Myra Barry (born 30 June 1957) is an Irish former Fine Gael politician who served as a Teachta Dála (TD) from 1979 to 1987.

A national school teacher by profession, she trained at St Patrick's College, Dublin. She was first elected to Dáil Éireann as a Fine Gael TD following a by-election in 1979 for the Cork North-East constituency, following the death of Fianna Fáil TD Seán Brosnan. It was one of two by-elections in County Cork on the same day, both of which Fianna Fáil lost. The double defeat in Jack Lynch's native county was a factor in Lynch's resignation on 5 December 1979 as Taoiseach and leader of Fianna Fáil.

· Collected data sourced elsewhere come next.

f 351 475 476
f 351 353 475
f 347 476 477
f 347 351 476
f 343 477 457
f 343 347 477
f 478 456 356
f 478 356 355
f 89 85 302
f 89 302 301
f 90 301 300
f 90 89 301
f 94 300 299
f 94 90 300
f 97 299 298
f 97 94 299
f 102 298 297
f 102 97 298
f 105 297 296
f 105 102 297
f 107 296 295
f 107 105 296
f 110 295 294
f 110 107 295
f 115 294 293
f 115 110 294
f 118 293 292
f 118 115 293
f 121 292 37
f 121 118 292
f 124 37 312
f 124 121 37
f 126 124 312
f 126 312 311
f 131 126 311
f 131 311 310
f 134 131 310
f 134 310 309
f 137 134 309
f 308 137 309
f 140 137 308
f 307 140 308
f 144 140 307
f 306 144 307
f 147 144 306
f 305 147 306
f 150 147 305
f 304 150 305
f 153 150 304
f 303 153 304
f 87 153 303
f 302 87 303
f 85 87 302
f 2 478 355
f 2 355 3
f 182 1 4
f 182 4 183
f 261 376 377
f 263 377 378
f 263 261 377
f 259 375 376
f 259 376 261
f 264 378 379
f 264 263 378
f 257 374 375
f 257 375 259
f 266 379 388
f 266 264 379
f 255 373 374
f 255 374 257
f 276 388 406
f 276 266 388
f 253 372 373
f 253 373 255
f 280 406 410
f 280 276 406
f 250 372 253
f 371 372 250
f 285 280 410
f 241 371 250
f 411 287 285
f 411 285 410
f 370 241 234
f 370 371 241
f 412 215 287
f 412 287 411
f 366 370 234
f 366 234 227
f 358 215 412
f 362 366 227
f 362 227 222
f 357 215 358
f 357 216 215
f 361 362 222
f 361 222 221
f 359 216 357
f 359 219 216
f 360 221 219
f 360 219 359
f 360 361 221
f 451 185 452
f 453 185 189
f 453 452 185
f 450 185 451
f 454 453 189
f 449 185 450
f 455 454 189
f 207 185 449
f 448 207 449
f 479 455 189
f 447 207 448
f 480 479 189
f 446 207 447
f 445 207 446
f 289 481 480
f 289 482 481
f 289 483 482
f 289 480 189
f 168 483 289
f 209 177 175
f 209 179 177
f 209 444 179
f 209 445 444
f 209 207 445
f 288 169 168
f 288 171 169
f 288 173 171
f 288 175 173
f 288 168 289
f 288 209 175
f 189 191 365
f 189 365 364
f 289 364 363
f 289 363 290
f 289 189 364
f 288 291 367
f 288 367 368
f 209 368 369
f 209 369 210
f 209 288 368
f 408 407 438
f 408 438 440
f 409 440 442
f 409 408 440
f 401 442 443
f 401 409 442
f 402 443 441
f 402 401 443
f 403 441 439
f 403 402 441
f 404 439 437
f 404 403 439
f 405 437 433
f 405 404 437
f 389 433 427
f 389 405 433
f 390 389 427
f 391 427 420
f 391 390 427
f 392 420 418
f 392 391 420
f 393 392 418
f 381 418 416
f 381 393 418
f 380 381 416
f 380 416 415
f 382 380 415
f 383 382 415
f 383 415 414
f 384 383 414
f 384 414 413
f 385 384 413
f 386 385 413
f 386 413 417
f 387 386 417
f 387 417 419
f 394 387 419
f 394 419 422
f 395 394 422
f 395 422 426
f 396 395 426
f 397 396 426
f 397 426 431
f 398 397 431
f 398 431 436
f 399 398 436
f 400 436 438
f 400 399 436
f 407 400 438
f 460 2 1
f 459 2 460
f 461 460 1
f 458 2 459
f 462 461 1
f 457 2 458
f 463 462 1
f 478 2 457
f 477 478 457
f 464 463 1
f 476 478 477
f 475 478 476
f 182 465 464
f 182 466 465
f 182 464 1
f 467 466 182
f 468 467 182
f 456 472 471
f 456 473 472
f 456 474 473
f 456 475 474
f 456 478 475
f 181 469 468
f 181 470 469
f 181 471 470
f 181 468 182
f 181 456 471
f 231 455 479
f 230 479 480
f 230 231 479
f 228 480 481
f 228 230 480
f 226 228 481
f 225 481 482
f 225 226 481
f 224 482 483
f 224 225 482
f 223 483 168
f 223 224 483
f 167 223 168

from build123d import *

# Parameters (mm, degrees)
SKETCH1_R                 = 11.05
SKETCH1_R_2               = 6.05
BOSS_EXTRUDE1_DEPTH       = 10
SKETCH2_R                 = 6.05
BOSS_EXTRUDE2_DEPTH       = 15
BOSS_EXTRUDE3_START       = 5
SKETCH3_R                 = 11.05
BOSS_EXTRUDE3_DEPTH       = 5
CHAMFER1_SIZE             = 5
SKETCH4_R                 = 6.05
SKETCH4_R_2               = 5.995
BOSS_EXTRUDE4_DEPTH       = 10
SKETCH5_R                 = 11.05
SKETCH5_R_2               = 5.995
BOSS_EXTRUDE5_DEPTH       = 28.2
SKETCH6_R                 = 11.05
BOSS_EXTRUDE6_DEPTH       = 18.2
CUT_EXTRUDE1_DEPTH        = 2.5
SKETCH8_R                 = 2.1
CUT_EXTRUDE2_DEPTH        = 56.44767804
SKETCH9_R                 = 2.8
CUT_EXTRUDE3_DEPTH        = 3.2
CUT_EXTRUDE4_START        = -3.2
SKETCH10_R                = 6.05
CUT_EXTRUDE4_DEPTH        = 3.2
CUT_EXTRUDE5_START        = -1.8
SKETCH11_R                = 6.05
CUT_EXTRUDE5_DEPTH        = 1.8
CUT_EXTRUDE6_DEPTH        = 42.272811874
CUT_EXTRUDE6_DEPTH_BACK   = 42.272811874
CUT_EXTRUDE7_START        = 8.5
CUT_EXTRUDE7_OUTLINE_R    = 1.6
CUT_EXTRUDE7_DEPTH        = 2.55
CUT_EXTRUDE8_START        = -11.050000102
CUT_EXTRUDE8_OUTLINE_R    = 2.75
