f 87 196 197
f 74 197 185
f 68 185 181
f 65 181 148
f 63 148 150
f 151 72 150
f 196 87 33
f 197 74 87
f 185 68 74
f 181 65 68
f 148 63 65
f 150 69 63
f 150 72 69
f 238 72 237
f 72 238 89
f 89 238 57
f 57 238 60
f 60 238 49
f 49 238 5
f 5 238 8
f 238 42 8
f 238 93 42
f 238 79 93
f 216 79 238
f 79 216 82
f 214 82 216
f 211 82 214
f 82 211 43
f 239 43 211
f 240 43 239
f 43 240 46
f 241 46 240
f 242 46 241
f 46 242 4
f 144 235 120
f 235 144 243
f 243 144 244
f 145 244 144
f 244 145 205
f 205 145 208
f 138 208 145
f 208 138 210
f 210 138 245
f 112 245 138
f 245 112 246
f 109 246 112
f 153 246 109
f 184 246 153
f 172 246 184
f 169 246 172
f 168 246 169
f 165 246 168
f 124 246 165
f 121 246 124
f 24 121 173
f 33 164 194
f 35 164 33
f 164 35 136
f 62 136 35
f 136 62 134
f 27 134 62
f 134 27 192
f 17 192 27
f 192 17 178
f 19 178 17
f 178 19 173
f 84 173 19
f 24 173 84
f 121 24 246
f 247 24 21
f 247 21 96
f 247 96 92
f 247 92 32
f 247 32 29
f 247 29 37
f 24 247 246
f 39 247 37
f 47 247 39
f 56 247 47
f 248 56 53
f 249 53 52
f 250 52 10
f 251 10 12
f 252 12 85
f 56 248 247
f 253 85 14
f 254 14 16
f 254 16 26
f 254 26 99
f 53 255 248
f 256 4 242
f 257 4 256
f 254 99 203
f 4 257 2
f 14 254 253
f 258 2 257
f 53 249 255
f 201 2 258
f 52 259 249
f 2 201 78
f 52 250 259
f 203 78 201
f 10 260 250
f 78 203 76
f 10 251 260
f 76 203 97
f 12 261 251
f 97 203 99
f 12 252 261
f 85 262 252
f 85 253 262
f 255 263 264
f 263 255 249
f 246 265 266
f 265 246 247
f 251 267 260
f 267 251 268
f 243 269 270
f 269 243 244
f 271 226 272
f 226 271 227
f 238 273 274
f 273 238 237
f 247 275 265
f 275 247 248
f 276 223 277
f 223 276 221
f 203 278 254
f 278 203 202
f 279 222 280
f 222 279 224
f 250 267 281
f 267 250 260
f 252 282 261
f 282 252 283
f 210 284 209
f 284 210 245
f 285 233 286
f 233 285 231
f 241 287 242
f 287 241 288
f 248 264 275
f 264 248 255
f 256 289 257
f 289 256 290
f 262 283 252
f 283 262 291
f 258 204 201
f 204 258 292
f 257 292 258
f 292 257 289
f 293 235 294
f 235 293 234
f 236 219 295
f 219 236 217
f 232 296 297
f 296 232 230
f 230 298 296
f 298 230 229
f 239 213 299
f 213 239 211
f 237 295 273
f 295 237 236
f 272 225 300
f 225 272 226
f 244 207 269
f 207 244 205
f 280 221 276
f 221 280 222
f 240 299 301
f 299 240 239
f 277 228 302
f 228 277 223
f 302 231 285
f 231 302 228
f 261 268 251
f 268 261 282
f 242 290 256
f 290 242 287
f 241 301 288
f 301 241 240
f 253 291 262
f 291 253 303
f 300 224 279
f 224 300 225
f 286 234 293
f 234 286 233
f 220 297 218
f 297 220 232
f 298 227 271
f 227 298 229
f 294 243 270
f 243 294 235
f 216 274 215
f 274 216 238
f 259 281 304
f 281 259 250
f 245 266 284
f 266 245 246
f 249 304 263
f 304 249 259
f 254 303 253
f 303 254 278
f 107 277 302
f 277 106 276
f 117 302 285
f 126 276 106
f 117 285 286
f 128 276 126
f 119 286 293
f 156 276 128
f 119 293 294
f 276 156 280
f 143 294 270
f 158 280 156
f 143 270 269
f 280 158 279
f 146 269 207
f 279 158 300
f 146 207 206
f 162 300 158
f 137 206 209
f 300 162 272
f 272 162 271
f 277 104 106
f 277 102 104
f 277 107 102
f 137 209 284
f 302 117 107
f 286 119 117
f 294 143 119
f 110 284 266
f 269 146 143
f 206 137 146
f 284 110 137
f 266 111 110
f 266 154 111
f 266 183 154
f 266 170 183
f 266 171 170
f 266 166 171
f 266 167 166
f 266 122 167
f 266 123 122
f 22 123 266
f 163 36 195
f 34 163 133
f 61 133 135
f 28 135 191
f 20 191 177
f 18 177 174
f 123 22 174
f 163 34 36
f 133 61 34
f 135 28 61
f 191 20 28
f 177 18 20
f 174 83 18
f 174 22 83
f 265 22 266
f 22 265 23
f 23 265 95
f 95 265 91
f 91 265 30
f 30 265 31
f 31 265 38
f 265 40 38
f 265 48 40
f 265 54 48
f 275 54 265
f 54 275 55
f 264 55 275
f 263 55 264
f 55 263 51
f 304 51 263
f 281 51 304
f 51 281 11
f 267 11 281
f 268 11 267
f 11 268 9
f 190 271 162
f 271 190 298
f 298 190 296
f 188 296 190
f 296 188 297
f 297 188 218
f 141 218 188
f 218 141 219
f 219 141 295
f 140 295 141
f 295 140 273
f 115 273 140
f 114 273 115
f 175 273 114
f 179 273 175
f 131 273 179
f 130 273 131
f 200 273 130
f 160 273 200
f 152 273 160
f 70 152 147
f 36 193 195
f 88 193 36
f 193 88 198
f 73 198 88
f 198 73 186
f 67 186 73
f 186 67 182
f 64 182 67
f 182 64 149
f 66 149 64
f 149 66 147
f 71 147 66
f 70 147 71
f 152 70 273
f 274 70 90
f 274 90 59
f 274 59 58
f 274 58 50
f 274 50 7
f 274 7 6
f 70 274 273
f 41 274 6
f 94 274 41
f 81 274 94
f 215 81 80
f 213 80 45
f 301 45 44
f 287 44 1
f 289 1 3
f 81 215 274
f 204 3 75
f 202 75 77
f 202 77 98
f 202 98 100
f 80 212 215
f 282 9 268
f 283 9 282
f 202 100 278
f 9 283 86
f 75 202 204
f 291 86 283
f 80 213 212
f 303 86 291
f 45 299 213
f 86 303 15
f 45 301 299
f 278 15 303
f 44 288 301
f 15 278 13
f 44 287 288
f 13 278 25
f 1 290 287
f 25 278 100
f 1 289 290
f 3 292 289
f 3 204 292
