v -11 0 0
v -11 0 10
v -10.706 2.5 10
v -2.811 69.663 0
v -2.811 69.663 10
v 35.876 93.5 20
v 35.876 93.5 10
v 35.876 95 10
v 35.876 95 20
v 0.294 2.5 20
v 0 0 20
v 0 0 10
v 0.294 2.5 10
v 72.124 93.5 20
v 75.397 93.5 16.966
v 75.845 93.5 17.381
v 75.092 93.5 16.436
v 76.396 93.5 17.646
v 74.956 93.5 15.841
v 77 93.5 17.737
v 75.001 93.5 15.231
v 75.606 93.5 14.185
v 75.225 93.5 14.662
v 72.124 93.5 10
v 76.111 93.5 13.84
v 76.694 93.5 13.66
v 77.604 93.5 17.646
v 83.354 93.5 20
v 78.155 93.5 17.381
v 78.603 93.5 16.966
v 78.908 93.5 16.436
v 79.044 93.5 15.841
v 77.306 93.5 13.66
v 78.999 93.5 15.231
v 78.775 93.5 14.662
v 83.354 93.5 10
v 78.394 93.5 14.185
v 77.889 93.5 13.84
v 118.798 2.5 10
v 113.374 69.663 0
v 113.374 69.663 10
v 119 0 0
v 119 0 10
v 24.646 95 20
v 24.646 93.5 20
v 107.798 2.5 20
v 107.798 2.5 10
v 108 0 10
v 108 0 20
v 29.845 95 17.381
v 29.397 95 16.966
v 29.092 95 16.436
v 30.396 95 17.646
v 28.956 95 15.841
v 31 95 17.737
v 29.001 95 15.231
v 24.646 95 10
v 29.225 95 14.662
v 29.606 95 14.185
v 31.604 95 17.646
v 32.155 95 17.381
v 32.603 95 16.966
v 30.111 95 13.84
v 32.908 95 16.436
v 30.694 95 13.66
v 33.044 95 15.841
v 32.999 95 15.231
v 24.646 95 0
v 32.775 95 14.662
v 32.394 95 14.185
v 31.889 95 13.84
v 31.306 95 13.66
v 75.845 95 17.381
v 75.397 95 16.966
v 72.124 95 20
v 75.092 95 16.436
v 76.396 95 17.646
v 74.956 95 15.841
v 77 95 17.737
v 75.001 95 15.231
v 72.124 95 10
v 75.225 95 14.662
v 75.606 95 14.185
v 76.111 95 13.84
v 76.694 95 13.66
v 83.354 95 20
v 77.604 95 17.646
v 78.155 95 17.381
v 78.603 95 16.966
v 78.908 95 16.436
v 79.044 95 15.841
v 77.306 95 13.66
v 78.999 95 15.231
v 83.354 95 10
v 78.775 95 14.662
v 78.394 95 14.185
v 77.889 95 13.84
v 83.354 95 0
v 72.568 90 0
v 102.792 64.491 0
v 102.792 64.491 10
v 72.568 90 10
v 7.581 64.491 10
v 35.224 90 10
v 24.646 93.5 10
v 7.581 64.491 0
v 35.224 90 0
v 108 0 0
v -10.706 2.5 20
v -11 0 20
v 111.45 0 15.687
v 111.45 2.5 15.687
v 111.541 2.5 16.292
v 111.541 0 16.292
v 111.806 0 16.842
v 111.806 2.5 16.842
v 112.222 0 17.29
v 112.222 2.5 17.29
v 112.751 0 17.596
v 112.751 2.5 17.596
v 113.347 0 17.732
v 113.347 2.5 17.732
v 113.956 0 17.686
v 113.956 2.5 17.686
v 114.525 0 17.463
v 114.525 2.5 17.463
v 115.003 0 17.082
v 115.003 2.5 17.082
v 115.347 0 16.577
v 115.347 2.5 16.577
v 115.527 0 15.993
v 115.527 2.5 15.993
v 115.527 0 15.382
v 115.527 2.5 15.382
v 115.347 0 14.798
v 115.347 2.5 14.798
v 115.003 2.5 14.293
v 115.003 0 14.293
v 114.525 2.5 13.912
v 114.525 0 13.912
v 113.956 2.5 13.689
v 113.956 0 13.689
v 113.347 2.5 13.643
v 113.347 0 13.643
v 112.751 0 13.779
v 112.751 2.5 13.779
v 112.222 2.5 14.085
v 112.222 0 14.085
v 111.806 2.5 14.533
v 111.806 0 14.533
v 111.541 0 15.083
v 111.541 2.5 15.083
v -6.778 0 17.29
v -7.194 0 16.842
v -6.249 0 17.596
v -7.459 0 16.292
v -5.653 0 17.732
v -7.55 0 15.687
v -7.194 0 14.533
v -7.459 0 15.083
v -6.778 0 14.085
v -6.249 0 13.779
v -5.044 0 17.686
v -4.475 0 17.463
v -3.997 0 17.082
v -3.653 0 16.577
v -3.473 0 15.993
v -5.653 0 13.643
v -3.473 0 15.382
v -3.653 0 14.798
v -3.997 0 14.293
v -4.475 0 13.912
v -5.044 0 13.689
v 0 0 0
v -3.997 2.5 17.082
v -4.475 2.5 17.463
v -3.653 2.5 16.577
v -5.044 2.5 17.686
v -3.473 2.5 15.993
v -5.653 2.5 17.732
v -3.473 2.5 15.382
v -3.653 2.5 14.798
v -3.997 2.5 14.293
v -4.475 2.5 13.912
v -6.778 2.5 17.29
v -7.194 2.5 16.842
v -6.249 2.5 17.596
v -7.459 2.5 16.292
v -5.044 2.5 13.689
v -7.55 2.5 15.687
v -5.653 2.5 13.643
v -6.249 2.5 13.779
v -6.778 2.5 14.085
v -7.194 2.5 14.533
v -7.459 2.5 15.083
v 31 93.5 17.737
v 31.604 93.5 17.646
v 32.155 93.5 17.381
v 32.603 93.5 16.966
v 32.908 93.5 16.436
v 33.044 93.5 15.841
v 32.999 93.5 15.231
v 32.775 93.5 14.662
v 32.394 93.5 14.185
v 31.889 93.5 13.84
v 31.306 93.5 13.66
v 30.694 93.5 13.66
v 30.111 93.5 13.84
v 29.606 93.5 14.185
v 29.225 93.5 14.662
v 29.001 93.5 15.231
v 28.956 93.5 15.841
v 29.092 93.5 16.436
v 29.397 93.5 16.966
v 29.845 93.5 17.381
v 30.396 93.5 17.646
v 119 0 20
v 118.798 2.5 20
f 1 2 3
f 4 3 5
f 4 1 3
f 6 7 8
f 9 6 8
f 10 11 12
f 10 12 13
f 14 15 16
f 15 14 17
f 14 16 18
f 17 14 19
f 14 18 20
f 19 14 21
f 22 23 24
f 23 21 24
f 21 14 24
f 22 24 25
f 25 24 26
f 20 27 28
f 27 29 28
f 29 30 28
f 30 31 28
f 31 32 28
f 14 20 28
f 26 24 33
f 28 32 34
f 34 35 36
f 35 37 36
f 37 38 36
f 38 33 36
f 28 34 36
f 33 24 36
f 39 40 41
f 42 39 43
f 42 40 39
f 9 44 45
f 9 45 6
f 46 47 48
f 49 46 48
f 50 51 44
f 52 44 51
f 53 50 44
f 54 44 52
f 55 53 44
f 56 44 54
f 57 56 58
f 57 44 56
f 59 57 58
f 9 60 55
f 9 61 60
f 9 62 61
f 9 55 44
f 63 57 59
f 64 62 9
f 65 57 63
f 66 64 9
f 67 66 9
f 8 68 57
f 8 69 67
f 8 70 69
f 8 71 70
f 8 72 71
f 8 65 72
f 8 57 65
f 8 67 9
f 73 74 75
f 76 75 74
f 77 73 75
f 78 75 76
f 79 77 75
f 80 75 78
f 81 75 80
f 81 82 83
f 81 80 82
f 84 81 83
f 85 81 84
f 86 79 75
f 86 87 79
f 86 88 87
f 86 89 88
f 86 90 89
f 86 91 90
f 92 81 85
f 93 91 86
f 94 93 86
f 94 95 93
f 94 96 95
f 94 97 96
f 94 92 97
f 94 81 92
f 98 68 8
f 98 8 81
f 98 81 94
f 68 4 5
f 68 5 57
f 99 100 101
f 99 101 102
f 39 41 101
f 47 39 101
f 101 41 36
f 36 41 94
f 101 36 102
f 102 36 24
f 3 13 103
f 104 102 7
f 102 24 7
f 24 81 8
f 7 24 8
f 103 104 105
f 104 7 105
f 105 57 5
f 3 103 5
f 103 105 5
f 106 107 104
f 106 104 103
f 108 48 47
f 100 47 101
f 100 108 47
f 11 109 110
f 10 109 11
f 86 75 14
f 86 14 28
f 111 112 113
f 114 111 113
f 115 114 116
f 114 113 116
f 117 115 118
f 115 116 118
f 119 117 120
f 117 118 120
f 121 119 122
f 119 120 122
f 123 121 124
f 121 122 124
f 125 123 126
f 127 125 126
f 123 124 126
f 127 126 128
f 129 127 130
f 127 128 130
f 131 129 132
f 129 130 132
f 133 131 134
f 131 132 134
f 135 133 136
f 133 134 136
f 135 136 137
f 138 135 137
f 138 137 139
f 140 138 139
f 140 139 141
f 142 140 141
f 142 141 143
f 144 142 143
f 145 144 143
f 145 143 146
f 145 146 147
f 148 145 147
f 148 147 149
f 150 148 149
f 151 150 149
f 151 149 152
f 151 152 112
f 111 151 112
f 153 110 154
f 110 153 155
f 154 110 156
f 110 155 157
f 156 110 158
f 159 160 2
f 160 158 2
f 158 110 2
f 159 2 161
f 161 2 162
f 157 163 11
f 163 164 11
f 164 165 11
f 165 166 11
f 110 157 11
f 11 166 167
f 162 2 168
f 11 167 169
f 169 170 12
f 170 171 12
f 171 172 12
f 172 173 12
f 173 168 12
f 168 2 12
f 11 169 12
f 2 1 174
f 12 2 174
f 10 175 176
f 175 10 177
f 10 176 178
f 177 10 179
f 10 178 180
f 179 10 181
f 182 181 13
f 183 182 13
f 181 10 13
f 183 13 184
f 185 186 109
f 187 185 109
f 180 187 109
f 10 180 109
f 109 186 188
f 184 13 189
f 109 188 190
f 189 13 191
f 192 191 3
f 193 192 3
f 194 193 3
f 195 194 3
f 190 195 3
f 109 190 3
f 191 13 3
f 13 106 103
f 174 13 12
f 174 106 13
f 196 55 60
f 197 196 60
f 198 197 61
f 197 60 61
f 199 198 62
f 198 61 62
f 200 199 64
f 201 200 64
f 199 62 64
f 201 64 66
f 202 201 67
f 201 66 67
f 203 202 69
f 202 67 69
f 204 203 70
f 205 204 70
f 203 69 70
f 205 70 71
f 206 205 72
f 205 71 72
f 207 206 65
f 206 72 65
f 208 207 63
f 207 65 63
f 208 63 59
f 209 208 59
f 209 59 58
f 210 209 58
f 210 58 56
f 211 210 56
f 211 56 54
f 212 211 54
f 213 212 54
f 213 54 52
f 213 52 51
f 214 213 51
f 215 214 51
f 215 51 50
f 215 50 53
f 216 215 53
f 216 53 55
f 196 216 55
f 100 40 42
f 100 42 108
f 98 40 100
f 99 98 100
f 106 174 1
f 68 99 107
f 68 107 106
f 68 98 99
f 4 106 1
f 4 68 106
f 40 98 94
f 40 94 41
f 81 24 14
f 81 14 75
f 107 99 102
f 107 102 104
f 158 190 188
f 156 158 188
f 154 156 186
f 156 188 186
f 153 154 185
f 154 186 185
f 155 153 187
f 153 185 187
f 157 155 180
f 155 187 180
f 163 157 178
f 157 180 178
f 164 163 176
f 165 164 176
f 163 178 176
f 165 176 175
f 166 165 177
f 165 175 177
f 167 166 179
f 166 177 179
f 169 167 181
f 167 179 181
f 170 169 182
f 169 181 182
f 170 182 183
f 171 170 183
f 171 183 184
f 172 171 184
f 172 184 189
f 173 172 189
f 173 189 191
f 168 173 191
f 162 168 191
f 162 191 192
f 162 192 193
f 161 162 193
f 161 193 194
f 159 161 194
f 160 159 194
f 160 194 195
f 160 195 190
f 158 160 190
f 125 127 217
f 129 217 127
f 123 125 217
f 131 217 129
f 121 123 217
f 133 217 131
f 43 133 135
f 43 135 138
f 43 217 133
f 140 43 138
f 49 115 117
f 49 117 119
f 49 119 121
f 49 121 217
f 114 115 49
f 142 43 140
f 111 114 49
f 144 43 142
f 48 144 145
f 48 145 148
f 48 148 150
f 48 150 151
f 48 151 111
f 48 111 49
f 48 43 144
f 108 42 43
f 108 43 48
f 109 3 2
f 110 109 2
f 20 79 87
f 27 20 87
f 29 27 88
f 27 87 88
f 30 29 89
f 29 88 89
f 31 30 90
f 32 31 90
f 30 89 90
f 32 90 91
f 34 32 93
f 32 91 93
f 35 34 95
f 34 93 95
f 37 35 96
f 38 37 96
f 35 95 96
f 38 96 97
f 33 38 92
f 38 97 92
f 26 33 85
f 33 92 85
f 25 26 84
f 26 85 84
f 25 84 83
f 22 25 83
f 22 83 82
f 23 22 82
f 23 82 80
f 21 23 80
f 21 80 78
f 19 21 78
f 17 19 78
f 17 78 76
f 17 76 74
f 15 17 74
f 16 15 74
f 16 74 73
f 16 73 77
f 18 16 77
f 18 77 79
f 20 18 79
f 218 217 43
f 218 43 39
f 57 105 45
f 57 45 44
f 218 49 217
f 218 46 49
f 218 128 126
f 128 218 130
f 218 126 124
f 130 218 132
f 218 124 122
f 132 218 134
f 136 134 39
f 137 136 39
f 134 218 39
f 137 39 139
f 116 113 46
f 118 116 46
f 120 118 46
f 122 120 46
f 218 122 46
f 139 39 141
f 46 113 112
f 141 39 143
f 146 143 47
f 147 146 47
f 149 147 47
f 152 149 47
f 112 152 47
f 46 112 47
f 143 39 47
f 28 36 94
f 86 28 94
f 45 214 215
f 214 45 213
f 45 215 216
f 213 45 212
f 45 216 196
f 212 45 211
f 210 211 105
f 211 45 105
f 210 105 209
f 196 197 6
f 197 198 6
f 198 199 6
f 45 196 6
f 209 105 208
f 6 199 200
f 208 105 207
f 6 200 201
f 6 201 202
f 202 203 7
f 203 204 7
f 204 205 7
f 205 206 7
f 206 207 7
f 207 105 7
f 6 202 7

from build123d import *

# Parameters (mm, degrees)
BOSS_EXTRUDE1_DEPTH = 10
BOSS_EXTRUDE2_DEPTH = 10
SKETCH3_R           = 2.05
CUT_EXTRUDE1_DEPTH  = 10
SKETCH4_W           = 11.229416436
SKETCH4_H           = 1.5
BOSS_EXTRUDE3_DEPTH = 10
SKETCH6_R           = 2.05
CUT_EXTRUDE2_DEPTH  = 10


with BuildPart() as part:
    # Sketch1 → Boss-Extrude1 (new body)
    with BuildSketch(Plane.XY):
        Polygon((0, 0), (-11, 0), (-2.811023481, 69.662685047), (24.646347311, 95), (83.353652689, 95), (113.374131029, 69.662685047), (119, 0), (108, 0), (102.791775395, 64.491176779), (72.568088456, 90), (35.224285945, 90), (7.581056228, 64.491176779), align=None)
    extrude(amount=BOSS_EXTRUDE1_DEPTH)

    # Sketch2 → Boss-Extrude2 (add)
    with BuildSketch(Plane.XY.offset(10)):
        Polygon((-11, 0), (0, 0), (0.29387959, 2.5), (-10.70612041, 2.5), align=None)
        Polygon((108, 0), (119, 0), (118.798103211, 2.5), (107.798103211, 2.5), align=None)
    extrude(amount=BOSS_EXTRUDE2_DEPTH)

    # Sketch3 → Cut-Extrude1 (cut)
    with BuildSketch(Plane(origin=(0, 2.5, 0), x_dir=(1, 0, 0), z_dir=(0, 1, 0))):
        with Locations(Location((-5.5, -15.687372709, 0), (0, 0, 180))):
            Circle(SKETCH3_R)
        with Locations(Location((113.5, -15.687372709, 0), (0, 0, 180))):
            Circle(SKETCH3_R)
    extrude(amount=-CUT_EXTRUDE1_DEPTH, mode=Mode.SUBTRACT)

    # Sketch4 → Boss-Extrude3 (add)
    with BuildSketch(Plane.XY.offset(10)):
        with Locations((30.261055529, 94.25)):
            Rectangle(SKETCH4_W, SKETCH4_H)
        with Locations((77.738944471, 94.25)):
            Rectangle(SKETCH4_W, SKETCH4_H)
    extrude(amount=BOSS_EXTRUDE3_DEPTH)

    # Sketch6 → Cut-Extrude2 (cut)
    with BuildSketch(Plane(origin=(0, 95, 0), x_dir=(1, 0, 0), z_dir=(0, 1, 0))):
        with Locations(Location((31, -15.687372709, 0), (0, 0, 270))):
            Circle(SKETCH6_R)
        with Locations(Location((77, -15.687372709, 0), (0, 0, 270))):
            Circle(SKETCH6_R)
    extrude(amount=-CUT_EXTRUDE2_DEPTH, mode=Mode.SUBTRACT)


solid = part.part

Her father Richard Barry was a sitting TD in the same constituency at the time of the by-election. This is the only time a parent and child have represented the same constituency at the same time in the same Dáil.

Barry was 22 years old at the time of her first election, and one of the youngest-ever TDs elected to the Dáil. She was re-elected at each successive election until she retired from politics at the 1987 general election, after seven years in the Dáil. She retired after four successful election campaigns – topping the poll on each occasion – and still less than 30 years of age.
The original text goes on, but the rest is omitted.